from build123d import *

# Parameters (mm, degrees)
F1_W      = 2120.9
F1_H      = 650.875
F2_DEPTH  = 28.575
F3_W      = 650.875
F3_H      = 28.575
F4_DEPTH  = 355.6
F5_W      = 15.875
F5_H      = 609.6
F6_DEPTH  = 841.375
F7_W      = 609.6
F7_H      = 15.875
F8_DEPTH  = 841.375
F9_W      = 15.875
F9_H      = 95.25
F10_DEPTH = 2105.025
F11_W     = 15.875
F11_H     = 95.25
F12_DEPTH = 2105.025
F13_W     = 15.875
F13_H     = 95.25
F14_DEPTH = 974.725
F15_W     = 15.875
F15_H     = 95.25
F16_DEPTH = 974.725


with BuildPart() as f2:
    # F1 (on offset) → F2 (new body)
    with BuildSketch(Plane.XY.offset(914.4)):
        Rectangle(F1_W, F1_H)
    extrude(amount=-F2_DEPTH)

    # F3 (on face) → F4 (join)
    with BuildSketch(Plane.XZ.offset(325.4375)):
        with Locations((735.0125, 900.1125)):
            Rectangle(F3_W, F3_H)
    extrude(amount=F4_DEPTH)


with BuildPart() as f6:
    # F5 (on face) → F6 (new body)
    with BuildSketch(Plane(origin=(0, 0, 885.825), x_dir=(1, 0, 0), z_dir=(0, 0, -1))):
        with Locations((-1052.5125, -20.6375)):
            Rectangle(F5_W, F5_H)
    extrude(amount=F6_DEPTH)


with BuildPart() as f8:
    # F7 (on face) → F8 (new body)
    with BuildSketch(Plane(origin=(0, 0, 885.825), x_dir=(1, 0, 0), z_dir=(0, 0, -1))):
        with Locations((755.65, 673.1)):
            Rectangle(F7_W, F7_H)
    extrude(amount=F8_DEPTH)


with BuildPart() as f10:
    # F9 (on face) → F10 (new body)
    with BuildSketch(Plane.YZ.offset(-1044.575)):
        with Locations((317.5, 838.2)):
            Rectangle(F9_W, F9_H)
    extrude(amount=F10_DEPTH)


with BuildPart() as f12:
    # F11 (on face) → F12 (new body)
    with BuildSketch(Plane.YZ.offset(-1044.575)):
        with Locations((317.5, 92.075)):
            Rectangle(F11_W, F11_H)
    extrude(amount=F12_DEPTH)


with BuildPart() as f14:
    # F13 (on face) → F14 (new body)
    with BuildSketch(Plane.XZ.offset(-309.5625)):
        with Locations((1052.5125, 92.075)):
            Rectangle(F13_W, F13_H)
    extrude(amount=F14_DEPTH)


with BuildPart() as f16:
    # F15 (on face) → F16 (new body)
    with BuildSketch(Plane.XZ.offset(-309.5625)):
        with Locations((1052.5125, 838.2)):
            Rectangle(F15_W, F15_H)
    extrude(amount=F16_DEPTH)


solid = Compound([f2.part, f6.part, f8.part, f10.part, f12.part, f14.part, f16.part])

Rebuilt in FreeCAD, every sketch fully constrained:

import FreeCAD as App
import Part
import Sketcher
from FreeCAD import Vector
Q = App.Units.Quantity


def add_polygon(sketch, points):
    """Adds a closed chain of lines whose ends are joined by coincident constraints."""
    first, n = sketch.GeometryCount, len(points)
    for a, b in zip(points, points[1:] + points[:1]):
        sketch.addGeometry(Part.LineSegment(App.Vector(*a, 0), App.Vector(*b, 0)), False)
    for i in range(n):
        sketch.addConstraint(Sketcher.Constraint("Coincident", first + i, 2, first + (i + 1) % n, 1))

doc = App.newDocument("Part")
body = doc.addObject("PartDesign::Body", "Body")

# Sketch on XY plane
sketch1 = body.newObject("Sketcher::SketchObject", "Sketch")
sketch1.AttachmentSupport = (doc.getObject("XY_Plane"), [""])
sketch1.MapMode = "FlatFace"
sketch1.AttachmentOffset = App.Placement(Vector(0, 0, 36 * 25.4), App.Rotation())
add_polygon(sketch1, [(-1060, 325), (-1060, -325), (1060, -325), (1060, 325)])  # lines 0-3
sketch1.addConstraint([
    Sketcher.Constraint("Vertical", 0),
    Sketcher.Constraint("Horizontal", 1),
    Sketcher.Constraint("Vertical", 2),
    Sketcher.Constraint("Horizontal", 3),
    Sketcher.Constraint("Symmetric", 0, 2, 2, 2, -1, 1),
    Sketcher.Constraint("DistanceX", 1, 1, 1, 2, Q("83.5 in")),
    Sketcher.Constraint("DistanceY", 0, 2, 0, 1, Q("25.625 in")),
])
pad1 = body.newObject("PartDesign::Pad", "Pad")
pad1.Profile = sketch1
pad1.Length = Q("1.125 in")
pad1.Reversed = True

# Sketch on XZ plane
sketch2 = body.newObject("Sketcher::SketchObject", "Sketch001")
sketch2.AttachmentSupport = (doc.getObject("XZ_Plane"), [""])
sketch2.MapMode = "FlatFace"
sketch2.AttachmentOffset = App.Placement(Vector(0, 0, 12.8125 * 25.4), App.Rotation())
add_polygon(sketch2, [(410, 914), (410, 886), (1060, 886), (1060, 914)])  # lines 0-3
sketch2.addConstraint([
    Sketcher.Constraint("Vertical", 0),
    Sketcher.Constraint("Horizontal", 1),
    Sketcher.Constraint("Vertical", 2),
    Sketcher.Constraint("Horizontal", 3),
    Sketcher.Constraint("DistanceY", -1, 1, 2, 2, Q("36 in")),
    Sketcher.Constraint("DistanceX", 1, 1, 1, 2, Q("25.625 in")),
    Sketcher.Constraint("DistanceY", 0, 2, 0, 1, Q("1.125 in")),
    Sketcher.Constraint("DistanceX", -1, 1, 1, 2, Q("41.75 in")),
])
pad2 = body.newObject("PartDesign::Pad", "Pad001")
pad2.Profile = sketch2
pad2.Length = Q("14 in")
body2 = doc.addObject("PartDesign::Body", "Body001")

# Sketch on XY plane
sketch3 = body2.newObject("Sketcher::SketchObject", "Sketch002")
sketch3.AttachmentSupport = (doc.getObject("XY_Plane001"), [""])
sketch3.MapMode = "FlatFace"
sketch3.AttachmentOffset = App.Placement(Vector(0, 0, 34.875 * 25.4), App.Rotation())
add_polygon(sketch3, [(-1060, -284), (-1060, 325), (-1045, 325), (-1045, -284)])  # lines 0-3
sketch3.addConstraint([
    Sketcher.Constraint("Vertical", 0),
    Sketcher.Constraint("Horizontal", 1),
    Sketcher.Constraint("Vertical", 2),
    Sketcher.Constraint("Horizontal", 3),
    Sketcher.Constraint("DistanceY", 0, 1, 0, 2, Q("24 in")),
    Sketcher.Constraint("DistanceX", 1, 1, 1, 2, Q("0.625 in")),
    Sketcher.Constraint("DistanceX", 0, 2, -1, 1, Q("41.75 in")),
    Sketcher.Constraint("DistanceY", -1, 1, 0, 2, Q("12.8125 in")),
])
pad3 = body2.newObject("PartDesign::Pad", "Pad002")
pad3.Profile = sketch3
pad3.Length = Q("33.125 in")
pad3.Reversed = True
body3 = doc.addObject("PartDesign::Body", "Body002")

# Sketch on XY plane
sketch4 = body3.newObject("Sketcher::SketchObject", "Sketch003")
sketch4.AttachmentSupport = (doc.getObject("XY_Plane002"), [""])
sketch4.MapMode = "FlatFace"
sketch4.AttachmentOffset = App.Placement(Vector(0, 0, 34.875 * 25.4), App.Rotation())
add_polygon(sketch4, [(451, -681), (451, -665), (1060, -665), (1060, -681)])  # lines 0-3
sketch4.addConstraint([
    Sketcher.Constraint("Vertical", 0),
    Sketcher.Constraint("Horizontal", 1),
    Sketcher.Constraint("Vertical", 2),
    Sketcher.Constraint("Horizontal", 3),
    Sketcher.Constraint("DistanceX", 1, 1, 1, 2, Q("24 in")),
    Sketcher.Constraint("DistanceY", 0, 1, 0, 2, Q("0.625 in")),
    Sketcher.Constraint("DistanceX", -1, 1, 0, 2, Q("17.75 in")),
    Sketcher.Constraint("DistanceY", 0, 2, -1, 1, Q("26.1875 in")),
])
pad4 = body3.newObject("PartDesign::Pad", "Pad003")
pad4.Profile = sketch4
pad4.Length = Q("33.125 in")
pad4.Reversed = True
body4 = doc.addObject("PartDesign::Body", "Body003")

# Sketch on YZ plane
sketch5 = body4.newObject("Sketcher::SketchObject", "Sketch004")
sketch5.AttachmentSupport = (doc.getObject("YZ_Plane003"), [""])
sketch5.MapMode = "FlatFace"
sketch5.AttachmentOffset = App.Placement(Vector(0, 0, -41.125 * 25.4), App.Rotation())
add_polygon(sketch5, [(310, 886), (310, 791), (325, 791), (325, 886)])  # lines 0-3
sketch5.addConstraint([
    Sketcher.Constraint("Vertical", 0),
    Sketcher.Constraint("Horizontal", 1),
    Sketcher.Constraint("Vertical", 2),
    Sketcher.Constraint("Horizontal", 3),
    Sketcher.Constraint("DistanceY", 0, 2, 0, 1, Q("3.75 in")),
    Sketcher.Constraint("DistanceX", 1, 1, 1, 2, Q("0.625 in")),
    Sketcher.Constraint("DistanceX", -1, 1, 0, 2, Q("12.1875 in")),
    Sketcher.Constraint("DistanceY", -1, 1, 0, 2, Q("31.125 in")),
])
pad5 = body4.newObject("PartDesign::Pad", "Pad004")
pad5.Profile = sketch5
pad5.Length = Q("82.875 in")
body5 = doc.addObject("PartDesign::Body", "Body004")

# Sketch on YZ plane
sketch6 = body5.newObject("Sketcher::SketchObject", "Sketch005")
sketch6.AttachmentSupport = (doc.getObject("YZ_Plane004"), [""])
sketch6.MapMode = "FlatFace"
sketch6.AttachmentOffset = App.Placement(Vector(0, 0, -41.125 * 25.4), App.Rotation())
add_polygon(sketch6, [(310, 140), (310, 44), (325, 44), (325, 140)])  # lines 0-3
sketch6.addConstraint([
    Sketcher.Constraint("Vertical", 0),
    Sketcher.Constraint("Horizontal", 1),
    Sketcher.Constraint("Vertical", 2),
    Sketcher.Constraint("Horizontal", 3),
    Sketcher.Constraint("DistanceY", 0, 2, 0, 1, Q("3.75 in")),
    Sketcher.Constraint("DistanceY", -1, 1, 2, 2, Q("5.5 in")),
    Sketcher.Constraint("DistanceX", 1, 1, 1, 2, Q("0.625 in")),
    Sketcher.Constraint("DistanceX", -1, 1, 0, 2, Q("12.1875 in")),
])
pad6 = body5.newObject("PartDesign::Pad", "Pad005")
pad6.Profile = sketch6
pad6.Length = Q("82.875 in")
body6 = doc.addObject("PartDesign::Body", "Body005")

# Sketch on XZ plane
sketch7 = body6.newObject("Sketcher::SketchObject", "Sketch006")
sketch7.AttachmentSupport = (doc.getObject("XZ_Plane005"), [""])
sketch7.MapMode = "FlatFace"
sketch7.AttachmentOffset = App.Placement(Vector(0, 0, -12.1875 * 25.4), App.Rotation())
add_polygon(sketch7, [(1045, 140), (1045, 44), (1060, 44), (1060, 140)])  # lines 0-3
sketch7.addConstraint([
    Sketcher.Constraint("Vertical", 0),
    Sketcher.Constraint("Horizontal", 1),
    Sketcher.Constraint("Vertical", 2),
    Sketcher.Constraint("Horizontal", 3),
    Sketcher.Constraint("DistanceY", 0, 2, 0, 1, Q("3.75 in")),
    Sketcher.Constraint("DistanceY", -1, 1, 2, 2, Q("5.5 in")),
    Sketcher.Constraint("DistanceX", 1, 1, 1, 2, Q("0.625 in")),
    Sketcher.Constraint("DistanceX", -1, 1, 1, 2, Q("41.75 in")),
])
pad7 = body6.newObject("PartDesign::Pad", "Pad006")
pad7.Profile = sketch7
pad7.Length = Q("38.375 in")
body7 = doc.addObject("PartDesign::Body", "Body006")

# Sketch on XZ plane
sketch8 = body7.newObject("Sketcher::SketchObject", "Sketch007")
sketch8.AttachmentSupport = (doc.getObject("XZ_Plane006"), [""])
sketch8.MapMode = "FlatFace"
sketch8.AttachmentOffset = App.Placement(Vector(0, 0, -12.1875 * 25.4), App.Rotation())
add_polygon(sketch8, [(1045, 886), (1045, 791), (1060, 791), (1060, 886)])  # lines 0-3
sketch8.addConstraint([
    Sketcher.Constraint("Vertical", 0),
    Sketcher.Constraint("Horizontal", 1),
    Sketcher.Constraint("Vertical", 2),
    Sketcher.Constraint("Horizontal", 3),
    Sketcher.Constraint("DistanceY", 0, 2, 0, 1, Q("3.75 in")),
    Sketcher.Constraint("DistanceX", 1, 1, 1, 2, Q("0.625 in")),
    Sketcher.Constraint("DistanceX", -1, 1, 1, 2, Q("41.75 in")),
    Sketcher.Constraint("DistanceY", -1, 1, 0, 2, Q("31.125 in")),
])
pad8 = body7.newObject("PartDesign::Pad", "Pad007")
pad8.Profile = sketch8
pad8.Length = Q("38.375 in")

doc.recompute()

...

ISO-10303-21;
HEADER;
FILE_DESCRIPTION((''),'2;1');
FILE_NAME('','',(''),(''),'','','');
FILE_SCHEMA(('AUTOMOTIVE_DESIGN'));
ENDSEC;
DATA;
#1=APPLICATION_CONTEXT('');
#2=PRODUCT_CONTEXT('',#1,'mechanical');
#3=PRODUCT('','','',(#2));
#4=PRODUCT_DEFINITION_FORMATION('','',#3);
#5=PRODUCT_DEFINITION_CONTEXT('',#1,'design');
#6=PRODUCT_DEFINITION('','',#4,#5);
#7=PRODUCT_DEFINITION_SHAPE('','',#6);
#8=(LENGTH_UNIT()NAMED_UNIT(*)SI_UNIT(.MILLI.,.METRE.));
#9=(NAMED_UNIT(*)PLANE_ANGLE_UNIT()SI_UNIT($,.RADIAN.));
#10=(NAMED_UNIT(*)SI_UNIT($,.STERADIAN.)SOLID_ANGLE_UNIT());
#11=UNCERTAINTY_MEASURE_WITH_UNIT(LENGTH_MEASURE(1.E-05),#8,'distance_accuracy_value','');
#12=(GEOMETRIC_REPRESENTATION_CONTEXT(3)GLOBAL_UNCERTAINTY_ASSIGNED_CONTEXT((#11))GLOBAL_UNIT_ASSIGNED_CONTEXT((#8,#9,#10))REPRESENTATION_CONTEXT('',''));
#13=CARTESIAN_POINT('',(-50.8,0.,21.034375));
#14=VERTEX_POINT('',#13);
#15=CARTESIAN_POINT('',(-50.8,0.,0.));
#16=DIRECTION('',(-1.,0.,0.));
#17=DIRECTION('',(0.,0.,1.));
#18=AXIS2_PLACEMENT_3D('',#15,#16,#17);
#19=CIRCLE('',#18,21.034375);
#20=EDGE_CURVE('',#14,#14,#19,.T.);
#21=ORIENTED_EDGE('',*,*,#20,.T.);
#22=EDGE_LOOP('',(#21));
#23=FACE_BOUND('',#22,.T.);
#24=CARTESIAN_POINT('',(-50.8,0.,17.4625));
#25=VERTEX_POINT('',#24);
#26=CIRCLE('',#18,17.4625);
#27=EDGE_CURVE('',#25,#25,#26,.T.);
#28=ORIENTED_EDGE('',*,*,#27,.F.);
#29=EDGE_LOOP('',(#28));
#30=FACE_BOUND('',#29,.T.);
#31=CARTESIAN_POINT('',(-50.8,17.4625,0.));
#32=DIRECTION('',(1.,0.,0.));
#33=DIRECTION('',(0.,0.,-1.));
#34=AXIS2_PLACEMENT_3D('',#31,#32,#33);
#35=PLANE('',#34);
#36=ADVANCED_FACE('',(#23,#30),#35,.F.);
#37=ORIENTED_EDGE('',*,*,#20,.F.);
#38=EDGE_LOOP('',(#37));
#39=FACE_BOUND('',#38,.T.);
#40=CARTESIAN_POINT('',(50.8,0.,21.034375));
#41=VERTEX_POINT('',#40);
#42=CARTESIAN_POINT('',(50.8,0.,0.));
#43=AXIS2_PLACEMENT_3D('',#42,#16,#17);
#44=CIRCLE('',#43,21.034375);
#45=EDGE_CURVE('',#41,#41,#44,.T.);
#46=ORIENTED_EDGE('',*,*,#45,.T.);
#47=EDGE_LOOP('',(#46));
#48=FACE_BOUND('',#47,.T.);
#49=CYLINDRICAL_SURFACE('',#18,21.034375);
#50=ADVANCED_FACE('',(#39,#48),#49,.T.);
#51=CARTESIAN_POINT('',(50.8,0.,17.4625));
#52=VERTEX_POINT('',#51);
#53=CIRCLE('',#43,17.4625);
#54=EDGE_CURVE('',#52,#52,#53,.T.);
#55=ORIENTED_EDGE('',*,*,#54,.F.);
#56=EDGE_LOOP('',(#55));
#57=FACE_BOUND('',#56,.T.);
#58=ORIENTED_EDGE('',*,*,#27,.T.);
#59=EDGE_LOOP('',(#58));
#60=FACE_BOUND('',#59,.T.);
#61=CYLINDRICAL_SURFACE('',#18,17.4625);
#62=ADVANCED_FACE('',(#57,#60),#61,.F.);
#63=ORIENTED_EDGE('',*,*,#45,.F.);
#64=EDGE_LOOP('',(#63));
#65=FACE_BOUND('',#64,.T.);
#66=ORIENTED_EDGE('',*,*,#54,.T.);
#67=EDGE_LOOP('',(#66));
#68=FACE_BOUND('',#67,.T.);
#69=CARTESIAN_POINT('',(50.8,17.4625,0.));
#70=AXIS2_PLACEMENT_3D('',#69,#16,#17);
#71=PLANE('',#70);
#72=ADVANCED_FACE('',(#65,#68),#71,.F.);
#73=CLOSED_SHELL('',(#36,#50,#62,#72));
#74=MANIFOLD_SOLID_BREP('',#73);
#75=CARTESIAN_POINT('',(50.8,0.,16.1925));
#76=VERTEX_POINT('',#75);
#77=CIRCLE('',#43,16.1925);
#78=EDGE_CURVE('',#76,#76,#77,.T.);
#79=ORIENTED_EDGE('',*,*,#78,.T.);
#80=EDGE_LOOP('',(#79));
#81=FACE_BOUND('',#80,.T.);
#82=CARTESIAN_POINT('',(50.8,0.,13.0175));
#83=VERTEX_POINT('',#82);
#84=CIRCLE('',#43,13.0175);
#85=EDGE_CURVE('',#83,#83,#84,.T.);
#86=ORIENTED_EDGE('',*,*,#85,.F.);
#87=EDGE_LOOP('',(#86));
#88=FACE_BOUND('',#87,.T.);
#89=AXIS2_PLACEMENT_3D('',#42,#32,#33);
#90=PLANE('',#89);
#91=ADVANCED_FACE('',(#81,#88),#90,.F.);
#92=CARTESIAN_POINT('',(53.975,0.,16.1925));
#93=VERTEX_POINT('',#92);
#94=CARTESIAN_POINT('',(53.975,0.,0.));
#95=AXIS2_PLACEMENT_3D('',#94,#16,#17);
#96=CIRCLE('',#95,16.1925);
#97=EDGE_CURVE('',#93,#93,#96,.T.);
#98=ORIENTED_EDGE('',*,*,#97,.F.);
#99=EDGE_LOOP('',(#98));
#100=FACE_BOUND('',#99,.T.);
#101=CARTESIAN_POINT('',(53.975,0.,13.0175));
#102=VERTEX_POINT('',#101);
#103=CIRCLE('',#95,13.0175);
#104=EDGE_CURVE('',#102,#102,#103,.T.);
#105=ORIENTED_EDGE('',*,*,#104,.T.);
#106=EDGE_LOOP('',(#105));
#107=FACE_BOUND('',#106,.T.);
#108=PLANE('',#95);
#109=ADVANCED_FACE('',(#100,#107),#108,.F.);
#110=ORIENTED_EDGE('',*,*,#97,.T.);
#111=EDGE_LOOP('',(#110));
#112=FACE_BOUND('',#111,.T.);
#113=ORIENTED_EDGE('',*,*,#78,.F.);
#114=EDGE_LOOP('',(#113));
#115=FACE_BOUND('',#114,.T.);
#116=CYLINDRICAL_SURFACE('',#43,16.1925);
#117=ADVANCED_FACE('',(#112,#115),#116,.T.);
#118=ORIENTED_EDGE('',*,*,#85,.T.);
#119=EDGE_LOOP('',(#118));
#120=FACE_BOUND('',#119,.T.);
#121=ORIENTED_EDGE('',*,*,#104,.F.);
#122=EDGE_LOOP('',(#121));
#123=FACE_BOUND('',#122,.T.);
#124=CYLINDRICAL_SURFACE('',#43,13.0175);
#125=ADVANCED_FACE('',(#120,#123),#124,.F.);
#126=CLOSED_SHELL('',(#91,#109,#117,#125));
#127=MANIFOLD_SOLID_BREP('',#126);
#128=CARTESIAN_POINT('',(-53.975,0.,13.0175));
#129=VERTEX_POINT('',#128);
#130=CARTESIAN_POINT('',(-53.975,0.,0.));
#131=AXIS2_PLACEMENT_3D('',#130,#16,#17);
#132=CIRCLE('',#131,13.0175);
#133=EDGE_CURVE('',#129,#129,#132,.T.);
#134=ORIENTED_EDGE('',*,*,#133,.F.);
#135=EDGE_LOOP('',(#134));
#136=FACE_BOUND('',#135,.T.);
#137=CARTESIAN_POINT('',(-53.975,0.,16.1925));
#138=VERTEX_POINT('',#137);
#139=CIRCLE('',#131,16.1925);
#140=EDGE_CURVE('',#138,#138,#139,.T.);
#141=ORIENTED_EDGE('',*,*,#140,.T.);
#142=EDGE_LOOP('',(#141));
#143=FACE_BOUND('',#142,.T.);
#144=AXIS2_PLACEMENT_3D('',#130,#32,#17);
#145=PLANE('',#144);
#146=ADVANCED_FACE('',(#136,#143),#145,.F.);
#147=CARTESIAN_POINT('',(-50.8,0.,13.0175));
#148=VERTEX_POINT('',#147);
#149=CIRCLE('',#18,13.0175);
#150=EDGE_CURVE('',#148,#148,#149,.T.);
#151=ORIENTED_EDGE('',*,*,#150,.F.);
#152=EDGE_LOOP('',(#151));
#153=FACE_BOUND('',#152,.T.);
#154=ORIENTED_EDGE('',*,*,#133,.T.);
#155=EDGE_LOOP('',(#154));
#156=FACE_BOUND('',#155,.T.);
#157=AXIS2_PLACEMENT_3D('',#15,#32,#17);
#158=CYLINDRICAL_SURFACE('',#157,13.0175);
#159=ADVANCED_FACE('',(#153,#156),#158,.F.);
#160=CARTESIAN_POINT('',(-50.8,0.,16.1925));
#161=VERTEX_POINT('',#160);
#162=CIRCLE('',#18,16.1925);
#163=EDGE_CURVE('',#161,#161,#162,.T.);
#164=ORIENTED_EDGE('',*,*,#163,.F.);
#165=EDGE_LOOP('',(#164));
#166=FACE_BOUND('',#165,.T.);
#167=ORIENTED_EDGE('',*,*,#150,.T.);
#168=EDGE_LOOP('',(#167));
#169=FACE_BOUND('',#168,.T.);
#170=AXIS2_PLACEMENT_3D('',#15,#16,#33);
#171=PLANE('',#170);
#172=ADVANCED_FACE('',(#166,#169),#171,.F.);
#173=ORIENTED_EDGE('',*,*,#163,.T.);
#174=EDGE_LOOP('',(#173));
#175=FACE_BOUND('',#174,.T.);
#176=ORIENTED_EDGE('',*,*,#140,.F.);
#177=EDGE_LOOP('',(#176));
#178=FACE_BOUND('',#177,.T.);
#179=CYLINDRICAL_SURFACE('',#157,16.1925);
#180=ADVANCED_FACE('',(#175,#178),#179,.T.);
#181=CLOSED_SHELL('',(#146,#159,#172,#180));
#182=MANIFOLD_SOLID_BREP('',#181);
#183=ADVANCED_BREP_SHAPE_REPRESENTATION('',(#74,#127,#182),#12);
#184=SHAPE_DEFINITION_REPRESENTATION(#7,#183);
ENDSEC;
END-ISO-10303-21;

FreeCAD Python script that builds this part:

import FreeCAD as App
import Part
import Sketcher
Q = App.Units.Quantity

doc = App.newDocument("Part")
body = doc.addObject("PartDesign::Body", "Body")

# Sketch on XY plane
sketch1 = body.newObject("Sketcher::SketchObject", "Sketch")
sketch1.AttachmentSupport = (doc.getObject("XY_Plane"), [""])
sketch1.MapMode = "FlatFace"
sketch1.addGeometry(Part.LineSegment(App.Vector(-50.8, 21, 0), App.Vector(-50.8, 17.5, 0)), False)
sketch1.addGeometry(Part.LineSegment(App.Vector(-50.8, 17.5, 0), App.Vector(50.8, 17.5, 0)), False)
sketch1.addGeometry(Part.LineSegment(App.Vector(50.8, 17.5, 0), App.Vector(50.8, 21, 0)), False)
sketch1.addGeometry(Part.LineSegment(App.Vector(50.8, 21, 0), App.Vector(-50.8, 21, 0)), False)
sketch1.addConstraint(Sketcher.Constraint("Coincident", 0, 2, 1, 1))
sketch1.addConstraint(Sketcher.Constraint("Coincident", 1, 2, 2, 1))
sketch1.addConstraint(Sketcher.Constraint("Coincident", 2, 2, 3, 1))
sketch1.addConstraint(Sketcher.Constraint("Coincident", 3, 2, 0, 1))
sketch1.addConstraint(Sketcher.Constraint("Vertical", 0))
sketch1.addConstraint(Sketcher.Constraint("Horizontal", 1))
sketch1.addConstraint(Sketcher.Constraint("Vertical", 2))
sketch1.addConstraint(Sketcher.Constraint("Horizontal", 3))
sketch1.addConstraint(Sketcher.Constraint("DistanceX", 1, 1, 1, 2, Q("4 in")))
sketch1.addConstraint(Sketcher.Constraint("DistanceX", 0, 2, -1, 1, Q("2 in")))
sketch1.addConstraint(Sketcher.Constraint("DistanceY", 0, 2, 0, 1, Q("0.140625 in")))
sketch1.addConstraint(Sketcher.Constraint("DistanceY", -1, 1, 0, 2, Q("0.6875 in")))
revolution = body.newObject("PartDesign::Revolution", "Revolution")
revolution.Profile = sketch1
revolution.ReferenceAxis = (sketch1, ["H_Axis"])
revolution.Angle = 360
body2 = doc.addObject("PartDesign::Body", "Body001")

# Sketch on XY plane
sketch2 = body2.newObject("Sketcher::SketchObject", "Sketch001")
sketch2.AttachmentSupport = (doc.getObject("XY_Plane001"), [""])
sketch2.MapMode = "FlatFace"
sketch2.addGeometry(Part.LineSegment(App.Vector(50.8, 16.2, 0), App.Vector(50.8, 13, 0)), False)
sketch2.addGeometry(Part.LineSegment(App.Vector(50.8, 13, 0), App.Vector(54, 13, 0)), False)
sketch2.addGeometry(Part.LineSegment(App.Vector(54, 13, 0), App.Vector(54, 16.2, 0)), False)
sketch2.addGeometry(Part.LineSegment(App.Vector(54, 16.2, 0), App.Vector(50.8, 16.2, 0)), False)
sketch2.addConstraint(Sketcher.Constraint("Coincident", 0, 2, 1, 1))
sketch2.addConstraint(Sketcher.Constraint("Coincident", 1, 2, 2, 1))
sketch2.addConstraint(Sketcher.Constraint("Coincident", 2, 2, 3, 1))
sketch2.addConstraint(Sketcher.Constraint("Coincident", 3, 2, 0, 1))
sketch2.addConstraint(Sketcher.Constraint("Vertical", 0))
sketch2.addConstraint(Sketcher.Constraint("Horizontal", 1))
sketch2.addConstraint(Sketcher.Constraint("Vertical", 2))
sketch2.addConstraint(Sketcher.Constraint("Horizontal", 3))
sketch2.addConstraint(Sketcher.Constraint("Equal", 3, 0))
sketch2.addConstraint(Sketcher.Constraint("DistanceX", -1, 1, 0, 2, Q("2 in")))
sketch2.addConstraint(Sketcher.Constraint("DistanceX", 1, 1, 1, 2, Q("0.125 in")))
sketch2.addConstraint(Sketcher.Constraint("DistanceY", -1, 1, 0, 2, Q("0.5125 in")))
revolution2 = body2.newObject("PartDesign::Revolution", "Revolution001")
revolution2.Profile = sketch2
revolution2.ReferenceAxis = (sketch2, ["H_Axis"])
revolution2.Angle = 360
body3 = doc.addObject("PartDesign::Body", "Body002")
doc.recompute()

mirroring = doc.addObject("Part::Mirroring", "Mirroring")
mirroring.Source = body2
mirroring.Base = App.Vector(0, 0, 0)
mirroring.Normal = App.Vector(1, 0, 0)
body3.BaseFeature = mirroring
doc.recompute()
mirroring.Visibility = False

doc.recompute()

- [Activity]:
All that is wanted is a faithful reproduction of the line above with "#74=MANIFOLD_SOLID_BREP('',#73);", the line with "#105=ORIENTED_EDGE('',*,*,#104,.T.);", and every line in between.

- [Answer space]:
#74=MANIFOLD_SOLID_BREP('',#73);
#75=CARTESIAN_POINT('',(50.8,0.,16.1925));
#76=VERTEX_POINT('',#75);
#77=CIRCLE('',#43,16.1925);
#78=EDGE_CURVE('',#76,#76,#77,.T.);
#79=ORIENTED_EDGE('',*,*,#78,.T.);
#80=EDGE_LOOP('',(#79));
#81=FACE_BOUND('',#80,.T.);
#82=CARTESIAN_POINT('',(50.8,0.,13.0175));
#83=VERTEX_POINT('',#82);
#84=CIRCLE('',#43,13.0175);
#85=EDGE_CURVE('',#83,#83,#84,.T.);
#86=ORIENTED_EDGE('',*,*,#85,.F.);
#87=EDGE_LOOP('',(#86));
#88=FACE_BOUND('',#87,.T.);
#89=AXIS2_PLACEMENT_3D('',#42,#32,#33);
#90=PLANE('',#89);
#91=ADVANCED_FACE('',(#81,#88),#90,.F.);
#92=CARTESIAN_POINT('',(53.975,0.,16.1925));
#93=VERTEX_POINT('',#92);
#94=CARTESIAN_POINT('',(53.975,0.,0.));
#95=AXIS2_PLACEMENT_3D('',#94,#16,#17);
#96=CIRCLE('',#95,16.1925);
#97=EDGE_CURVE('',#93,#93,#96,.T.);
#98=ORIENTED_EDGE('',*,*,#97,.F.);
#99=EDGE_LOOP('',(#98));
#100=FACE_BOUND('',#99,.T.);
#101=CARTESIAN_POINT('',(53.975,0.,13.0175));
#102=VERTEX_POINT('',#101);
#103=CIRCLE('',#95,13.0175);
#104=EDGE_CURVE('',#102,#102,#103,.T.);
#105=ORIENTED_EDGE('',*,*,#104,.T.);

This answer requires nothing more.